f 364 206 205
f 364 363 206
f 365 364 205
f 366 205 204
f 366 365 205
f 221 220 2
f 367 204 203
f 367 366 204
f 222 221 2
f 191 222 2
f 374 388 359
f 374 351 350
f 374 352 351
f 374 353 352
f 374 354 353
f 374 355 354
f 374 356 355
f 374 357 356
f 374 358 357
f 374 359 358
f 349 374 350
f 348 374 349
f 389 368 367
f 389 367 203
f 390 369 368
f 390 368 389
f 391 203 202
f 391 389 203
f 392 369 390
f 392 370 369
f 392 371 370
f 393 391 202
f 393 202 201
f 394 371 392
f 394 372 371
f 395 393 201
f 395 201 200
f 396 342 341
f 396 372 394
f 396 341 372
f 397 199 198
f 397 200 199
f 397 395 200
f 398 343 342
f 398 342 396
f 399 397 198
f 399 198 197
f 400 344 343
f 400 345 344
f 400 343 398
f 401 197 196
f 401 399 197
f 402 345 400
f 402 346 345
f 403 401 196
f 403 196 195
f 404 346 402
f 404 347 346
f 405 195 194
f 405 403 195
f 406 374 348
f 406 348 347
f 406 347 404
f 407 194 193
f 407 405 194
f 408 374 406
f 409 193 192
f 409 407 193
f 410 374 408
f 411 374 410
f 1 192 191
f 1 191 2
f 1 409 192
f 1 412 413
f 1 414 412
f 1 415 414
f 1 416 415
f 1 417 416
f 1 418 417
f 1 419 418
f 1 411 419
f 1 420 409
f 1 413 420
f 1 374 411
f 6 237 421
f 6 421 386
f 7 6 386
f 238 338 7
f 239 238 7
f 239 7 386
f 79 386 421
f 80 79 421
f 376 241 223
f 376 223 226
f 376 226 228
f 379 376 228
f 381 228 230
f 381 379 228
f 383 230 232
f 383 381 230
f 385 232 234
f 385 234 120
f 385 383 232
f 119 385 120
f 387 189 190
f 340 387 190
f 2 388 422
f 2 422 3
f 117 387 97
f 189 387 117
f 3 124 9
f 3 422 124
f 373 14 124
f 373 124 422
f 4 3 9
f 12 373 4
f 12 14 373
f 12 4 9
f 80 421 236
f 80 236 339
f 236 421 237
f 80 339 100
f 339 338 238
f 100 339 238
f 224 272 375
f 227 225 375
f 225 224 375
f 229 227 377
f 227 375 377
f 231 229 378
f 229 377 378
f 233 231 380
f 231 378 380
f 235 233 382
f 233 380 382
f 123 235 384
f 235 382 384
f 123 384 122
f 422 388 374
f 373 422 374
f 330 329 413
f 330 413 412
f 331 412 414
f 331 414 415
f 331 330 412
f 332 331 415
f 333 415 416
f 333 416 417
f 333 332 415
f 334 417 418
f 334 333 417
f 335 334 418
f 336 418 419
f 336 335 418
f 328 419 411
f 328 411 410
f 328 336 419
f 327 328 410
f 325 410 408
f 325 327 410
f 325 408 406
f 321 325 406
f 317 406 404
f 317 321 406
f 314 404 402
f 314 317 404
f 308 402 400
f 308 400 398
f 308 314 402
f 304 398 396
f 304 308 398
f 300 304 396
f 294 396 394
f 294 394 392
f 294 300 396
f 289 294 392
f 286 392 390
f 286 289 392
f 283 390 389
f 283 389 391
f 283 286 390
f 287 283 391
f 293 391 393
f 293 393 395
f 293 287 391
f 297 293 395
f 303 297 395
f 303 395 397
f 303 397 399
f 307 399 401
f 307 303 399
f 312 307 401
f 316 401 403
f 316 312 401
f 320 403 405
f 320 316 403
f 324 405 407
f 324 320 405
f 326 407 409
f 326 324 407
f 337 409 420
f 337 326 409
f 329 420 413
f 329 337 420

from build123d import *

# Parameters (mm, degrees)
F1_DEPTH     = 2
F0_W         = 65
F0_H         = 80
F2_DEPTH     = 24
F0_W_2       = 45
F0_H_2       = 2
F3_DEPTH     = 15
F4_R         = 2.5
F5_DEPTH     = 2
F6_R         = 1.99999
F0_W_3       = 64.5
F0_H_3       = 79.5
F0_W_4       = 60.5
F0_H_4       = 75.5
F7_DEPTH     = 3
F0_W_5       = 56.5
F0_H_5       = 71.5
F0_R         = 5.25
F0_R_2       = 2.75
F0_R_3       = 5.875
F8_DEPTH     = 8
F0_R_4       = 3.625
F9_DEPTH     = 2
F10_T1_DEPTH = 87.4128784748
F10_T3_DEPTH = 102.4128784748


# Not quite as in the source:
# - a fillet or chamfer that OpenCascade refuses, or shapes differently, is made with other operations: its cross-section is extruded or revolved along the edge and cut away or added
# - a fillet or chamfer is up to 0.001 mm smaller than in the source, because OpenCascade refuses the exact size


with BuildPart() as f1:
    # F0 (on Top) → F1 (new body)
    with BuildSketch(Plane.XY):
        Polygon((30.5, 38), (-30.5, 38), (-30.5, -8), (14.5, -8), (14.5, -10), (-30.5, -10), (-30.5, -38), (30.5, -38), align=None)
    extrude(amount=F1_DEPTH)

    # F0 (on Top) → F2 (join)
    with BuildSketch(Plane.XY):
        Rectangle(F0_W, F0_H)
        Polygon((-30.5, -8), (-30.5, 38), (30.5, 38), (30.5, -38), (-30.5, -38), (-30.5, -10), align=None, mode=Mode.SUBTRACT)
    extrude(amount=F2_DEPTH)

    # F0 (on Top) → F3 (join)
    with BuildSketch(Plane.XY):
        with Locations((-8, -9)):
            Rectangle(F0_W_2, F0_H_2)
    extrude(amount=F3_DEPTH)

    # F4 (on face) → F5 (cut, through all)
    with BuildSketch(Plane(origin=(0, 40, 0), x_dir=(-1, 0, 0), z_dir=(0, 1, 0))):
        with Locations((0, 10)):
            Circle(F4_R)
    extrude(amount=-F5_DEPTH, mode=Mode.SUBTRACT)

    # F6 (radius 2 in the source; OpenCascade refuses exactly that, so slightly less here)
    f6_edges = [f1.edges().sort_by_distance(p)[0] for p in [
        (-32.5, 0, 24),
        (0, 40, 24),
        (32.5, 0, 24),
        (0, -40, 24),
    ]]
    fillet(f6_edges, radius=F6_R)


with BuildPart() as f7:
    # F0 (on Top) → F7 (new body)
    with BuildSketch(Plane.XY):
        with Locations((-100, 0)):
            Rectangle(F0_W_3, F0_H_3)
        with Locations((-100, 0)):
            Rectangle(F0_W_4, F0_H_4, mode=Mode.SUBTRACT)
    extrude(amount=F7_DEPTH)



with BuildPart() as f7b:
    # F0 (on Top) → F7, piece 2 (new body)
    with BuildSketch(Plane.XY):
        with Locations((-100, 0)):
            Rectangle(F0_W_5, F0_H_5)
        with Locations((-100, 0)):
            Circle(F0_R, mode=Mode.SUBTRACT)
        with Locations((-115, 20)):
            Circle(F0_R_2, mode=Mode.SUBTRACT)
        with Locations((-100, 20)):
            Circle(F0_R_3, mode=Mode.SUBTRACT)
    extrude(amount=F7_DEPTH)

——————

THE PROBLEM
Provide every line from the material that contains the word "align".

EXERCISE SOLUTION
        Polygon((30.5, 38), (-30.5, 38), (-30.5, -8), (14.5, -8), (14.5, -10), (-30.5, -10), (-30.5, -38), (30.5, -38), align=None)
        Polygon((-30.5, -8), (-30.5, 38), (30.5, 38), (30.5, -38), (-30.5, -38), (-30.5, -10), align=None, mode=Mode.SUBTRACT)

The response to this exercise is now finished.